I just got my 2 Sulcatas a few days ago and I've been online doing quite a bit of research. Hall and Oates are about 4 inches long, so still pretty young. 

I'm trying to figure out what the best kind of substrate for them will be. I actually went into a store called Prehistoric Pets today and asked their opinion on the bedding, since they themselves have many different types/sizes of turtles. They guy told me rabbit pellets would be good. I told him that online they recommend grass hay, but he said that since mine are so small it wouldn't be good.

So I went out and bought a bag of rabbit pellets. Before putting it in their enclosure, I decided to double check. What do you know. Some sites say that rabbit pellets are not good for the Sulcatas because it might retain moisture and become moldy, or they might be allergic to it, etc. Other sites say that it is fine. 

I am very confused. I don't want to put in anything that might be harmful to them. 

Would you guys have suggestions for this newbie?


----------



## reptylefreek (Apr 14, 2010)

You want a substrate that is going to retain moisture but not mold. How old are Hall and Oats? If they are babies they need a fair amount of humidity for smooth shell growth. Some use soil and sand mixture, some use coconut coir mix. I also hear cypress mulch works really well. I would not recommend rabbit pellets or hay. Though after you get your substrate in you can add hay on top, a little. They like to hide in it.


----------



## ChiKat (Apr 14, 2010)

Do not use the rabbit pellets. Like Jessica said, you need a substrate that will retain moisture (but not mold) to keep up humidity. Humidity is VERY important for smooth growth.
Many people here recommend cypress mulch. I personally use topsoil/coconut coir and I'm happy with it.

We have a lot of sulcata experts here so I will wait for them to help you out


----------



## Scooter (Apr 14, 2010)

I use cypress mulch and it works great for me. Then I also have some sphagnum moss inside his hide to help with the humidity.


----------



## Kessie (Apr 14, 2010)

Thanks for all the help. 

I am not sure how old they are. Size-wise they are about 4 inches. I would say that is still pretty young, no?


----------



## Maggie Cummings (Apr 14, 2010)

As far as rabbits pellets I add to what has already been said, they can cause splay leg.
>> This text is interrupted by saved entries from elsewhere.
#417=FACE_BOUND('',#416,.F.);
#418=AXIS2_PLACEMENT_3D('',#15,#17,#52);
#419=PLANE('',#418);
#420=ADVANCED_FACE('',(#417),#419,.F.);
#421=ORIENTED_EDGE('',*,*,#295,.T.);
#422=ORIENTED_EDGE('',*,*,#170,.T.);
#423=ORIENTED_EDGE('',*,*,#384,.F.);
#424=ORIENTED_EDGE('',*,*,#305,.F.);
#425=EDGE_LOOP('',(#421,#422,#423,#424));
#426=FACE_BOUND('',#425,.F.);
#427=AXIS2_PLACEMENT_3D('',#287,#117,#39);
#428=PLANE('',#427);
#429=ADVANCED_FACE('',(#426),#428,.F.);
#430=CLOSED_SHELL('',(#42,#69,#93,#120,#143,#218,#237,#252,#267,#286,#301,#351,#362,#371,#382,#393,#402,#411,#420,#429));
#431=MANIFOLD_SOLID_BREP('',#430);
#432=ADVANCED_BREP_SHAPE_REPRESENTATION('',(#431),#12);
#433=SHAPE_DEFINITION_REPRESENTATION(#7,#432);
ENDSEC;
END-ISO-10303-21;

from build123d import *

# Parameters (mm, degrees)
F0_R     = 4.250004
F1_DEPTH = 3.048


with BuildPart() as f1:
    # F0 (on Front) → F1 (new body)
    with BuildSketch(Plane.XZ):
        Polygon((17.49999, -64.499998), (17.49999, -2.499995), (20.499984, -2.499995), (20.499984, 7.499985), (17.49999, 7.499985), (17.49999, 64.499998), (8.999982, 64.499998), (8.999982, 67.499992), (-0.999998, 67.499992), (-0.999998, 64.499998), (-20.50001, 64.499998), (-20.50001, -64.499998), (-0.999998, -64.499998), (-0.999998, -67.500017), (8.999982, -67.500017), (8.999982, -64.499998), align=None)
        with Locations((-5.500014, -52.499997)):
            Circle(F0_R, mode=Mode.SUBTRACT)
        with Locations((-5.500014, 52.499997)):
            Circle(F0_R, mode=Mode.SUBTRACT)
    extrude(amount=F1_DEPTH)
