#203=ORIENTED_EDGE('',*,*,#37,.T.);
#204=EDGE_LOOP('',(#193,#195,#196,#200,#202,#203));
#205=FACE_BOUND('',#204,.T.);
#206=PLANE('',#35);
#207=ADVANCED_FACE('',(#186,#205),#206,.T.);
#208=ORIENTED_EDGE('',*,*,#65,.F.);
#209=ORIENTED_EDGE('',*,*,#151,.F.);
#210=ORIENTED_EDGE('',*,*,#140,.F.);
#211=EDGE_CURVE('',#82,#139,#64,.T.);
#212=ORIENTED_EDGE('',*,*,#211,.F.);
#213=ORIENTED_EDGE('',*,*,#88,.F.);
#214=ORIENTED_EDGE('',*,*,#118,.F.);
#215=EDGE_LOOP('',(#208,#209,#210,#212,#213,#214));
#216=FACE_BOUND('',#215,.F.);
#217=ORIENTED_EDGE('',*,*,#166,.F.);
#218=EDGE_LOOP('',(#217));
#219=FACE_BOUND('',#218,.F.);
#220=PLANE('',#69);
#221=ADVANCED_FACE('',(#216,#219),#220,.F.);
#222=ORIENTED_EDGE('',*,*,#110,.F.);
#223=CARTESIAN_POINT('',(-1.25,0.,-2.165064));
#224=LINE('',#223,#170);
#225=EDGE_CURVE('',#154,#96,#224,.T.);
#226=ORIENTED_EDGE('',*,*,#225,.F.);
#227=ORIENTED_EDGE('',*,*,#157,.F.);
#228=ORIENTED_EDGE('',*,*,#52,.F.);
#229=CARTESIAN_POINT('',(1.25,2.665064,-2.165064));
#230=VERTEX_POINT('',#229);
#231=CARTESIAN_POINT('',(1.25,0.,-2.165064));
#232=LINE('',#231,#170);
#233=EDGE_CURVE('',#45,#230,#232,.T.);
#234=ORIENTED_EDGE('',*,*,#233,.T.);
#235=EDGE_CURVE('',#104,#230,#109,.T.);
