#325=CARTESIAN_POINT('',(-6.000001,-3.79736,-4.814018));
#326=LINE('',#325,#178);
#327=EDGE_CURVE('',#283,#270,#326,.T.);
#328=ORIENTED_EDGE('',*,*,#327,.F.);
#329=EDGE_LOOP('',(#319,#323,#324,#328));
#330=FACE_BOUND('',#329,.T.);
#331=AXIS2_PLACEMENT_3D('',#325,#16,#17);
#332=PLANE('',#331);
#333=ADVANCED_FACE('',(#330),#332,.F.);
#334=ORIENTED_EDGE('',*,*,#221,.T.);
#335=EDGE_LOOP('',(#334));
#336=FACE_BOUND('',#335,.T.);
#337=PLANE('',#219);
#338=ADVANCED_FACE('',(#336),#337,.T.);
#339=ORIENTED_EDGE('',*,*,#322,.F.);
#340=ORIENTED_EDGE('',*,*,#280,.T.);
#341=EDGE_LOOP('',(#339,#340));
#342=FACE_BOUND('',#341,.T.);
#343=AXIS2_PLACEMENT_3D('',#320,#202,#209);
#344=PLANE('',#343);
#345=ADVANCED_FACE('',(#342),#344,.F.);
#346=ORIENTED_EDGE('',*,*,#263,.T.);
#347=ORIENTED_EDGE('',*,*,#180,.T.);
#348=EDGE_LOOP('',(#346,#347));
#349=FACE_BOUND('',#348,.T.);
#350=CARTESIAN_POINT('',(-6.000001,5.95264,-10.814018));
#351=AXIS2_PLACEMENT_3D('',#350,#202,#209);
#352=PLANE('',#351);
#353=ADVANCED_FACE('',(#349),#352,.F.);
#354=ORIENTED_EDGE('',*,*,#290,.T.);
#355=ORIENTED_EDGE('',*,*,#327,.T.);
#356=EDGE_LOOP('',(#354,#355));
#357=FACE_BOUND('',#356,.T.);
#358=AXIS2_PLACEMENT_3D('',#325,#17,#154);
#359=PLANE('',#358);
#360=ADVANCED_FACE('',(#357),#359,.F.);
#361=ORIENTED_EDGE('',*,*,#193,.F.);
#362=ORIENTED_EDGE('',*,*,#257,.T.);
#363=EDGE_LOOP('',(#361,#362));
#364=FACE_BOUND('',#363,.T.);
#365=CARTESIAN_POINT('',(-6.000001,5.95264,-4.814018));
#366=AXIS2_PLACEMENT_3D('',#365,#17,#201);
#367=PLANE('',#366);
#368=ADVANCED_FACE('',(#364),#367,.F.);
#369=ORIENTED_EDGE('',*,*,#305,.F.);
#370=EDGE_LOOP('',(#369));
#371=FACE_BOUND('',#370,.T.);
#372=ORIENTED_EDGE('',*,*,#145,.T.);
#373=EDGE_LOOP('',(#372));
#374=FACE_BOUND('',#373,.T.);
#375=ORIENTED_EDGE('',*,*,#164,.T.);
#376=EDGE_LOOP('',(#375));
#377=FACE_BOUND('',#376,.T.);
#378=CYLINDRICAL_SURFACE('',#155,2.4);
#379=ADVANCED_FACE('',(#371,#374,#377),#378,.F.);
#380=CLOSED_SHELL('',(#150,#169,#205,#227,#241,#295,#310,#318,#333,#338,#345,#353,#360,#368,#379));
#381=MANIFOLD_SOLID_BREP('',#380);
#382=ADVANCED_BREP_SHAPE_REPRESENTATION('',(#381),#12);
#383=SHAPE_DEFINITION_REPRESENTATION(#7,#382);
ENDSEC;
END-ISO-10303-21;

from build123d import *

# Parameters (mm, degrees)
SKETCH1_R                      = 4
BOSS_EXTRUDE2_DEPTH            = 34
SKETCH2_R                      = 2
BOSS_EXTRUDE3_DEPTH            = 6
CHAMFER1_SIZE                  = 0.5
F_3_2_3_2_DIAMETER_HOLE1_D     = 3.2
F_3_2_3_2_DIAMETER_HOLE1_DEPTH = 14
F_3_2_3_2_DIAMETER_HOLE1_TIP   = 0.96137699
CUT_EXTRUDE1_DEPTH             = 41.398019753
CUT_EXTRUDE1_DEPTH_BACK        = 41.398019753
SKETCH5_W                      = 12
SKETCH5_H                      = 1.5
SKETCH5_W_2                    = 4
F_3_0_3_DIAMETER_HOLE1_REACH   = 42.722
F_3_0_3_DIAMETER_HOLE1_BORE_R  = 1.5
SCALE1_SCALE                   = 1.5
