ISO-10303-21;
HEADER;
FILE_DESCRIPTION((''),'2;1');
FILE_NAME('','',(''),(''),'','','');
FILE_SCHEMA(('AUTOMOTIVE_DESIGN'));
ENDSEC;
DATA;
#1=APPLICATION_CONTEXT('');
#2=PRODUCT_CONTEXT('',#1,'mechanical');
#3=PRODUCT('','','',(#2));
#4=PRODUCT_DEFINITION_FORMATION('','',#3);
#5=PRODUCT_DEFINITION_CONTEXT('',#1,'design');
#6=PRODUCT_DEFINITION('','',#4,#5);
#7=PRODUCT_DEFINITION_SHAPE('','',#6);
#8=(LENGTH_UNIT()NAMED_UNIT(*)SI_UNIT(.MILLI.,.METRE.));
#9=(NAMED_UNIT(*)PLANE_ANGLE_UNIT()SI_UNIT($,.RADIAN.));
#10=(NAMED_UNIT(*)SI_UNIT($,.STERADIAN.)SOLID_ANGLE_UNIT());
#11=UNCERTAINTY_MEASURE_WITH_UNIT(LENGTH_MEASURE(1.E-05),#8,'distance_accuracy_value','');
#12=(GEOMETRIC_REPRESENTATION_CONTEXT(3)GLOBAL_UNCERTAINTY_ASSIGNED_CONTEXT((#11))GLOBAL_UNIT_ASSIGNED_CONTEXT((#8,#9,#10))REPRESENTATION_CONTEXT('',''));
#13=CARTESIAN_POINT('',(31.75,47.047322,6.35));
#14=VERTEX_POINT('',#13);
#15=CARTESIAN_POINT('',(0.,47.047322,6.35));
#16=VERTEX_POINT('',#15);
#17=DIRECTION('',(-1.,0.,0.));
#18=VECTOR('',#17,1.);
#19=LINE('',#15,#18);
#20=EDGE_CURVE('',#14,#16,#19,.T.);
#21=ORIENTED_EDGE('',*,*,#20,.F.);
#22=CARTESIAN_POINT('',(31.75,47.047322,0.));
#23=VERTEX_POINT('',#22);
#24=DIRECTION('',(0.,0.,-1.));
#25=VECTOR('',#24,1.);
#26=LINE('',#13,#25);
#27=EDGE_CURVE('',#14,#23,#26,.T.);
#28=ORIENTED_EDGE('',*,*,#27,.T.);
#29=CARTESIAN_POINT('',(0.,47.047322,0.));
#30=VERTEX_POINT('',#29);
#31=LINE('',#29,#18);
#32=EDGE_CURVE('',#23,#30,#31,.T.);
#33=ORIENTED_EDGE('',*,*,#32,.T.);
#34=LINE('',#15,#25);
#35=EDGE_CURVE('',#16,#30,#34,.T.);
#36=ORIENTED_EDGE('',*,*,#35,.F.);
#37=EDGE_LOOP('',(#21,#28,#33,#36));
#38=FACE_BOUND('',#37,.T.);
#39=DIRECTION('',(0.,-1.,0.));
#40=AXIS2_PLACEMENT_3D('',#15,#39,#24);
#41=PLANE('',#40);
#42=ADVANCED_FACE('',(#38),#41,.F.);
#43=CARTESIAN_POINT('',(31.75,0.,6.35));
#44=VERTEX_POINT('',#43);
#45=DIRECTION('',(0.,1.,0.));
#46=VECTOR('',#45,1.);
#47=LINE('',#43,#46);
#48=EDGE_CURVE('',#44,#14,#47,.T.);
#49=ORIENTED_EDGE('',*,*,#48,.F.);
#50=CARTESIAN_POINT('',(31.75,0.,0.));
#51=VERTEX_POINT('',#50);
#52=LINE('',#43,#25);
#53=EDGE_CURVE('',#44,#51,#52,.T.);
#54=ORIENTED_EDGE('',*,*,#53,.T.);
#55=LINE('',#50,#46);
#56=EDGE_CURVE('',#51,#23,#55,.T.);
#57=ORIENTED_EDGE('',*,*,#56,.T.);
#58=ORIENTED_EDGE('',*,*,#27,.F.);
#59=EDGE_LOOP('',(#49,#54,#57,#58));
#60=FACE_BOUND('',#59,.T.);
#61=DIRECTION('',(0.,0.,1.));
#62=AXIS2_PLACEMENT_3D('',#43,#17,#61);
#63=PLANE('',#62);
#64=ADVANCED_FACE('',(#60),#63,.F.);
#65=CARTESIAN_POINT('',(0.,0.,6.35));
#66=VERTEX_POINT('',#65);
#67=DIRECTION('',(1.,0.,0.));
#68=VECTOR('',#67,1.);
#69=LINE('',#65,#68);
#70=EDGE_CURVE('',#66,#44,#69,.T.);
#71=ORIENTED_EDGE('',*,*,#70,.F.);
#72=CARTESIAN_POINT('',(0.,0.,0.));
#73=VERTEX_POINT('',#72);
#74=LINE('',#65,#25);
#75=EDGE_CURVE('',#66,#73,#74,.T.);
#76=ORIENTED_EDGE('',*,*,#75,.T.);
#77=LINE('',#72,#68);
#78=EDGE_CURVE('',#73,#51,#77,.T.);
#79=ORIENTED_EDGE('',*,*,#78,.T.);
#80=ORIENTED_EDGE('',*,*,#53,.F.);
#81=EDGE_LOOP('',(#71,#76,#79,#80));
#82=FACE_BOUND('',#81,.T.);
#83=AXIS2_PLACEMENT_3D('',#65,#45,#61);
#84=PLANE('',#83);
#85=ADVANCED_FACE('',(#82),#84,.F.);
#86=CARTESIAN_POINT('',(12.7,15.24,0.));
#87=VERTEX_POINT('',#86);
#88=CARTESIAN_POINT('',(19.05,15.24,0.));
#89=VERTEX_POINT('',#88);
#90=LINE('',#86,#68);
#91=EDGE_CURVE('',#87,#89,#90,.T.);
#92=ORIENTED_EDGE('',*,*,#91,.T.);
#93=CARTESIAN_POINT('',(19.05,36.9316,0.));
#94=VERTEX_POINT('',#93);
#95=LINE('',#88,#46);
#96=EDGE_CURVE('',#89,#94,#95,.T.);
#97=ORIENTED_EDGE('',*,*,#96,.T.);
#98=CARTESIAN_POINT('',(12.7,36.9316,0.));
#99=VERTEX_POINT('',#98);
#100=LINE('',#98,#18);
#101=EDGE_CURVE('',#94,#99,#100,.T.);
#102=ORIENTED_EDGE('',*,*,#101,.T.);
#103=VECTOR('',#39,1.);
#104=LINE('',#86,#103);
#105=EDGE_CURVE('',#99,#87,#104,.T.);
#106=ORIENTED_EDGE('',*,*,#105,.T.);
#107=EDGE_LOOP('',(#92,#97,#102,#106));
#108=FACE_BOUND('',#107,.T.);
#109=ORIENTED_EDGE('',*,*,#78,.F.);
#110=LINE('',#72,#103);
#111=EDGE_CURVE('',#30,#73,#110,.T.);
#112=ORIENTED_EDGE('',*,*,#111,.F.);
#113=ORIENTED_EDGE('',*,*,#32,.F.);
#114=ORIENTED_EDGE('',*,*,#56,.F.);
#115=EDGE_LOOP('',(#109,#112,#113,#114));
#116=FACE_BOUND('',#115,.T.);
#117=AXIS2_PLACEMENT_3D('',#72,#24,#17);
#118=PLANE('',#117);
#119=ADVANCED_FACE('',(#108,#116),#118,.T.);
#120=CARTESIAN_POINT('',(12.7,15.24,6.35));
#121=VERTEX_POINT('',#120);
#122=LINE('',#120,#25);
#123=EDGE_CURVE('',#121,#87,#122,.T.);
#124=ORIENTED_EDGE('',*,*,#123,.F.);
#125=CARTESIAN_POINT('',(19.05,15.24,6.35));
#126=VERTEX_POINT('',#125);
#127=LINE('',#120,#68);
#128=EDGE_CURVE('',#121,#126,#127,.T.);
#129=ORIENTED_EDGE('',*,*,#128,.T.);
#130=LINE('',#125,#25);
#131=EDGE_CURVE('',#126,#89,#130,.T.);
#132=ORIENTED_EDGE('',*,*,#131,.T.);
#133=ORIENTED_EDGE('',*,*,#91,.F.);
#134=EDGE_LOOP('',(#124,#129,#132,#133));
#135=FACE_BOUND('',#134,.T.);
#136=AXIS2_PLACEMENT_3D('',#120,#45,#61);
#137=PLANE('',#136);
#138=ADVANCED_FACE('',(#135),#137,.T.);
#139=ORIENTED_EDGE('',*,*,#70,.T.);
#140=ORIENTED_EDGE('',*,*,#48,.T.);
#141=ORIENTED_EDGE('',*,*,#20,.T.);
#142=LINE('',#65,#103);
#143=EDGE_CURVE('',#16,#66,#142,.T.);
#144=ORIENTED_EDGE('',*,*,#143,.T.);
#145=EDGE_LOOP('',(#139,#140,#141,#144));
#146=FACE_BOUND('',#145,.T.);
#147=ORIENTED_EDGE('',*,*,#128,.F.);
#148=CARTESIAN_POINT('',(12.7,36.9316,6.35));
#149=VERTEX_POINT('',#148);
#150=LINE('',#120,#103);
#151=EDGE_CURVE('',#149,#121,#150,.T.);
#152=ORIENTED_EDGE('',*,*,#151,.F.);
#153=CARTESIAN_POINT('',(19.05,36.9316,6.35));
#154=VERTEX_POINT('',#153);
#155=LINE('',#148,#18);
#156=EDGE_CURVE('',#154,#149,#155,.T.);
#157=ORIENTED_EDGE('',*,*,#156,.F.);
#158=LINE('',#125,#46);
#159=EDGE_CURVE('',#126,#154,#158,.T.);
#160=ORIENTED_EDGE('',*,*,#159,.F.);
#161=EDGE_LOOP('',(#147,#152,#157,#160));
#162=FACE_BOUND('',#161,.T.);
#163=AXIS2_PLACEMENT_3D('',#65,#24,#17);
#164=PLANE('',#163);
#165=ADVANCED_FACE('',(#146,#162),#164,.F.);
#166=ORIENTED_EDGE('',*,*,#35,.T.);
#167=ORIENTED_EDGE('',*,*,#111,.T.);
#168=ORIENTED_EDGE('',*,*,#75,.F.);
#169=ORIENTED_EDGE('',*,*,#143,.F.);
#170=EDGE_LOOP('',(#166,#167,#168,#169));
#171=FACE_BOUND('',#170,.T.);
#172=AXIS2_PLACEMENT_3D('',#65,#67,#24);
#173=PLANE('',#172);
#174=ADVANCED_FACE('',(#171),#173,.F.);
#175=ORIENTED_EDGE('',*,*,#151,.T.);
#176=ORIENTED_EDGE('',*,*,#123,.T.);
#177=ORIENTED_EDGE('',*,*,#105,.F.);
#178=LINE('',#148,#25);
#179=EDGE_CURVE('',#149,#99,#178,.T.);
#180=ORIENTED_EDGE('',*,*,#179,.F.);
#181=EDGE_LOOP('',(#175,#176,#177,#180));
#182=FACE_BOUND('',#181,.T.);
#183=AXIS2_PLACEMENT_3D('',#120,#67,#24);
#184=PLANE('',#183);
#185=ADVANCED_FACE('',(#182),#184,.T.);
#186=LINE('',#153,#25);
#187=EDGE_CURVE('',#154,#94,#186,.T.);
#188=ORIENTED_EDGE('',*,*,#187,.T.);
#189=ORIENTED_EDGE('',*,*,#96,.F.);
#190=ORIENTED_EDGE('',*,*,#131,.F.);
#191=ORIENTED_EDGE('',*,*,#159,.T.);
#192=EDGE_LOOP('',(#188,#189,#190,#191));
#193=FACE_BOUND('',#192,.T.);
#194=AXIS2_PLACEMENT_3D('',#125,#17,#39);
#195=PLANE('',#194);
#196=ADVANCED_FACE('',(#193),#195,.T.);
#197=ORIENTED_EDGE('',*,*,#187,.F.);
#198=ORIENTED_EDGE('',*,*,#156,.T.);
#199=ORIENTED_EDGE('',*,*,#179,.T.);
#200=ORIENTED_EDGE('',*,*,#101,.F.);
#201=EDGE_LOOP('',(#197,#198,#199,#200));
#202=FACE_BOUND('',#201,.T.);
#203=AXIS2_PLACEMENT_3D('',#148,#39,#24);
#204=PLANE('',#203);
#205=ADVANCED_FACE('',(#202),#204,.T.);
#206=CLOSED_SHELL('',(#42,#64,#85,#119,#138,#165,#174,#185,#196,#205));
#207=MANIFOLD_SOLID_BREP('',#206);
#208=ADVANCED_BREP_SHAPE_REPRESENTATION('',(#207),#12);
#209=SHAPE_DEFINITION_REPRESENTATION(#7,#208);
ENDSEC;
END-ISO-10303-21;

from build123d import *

# Parameters (mm, degrees)
SKETCH1_W           = 31.75
SKETCH1_H           = 47.047321622
SKETCH1_W_2         = 6.35
SKETCH1_H_2         = 21.6916
BOSS_EXTRUDE1_DEPTH = 6.35


with BuildPart() as part:
    # Sketch1 → Boss-Extrude1 (new body)
    with BuildSketch(Plane.XY):
        with Locations((15.875, 23.523660811)):
            Rectangle(SKETCH1_W, SKETCH1_H)
        with Locations((15.875, 26.0858)):
            Rectangle(SKETCH1_W_2, SKETCH1_H_2, mode=Mode.SUBTRACT)
    extrude(amount=BOSS_EXTRUDE1_DEPTH)


solid = part.part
They are hard to walk on and they are bad for the tortoises legs.Splay leg is a condition where the tortoises begin to walk on the inner part of their feet and eventually lose the ability to walk up right. You want something like cypress mulch that gives a good walking surface and you can keep moist to help create humidity which helps prevent pyramiding...


----------



## Kessie (Apr 14, 2010)

Yikes! The pellets are definitely going back to the store then. 

Cypress mulch should be available in places like Home Depot or Lowes, right?

I'll look up the coconut coir as well. Not entirely sure what that is, but i'll go find out.

Thank you so much! I am so glad I decided to double check instead of just pouring in the pellets.

As soon as i get the babies settled I will try to post up pictures.


----------



## chadk (Apr 14, 2010)

Coconut coir is the only good thing you'll find at the pet store. It comes in bricks that expand when you add water. Mix it with organic top soil and you are set. Then just keep it moist.

Read this:
http://www.sulcata-station.org/pdf/hatchfail.pdf[hr]
And some good threads here:

http://tortoiseforum.org/thread-13370.html

http://tortoiseforum.org/thread-13795.html?highlight=moist


----------



## reptylefreek (Apr 14, 2010)

Coconut coir you can find in chain pet stores now... when I first looked for cypress mulch at home depot, they didn't have the right kind. It cant have pine or certain other types of wood. Forget which are bad but Im sure someone will pop back on here and tell you. Cant wait for the pix...


----------



## Kessie (Apr 16, 2010)

Went to Walmart and Home Depot in search for the coconut coir and cypress mulch, but no luck. Will try to hit Petco later.

Out of curiosity, does the availability of these things depend on where you live? I live in Southern California. Wonder if that makes a difference.

Took the little ones out yesterday for a bit of supervised playtime on the grass yesterday. They are so cute when they're munching on the grass blades!


----------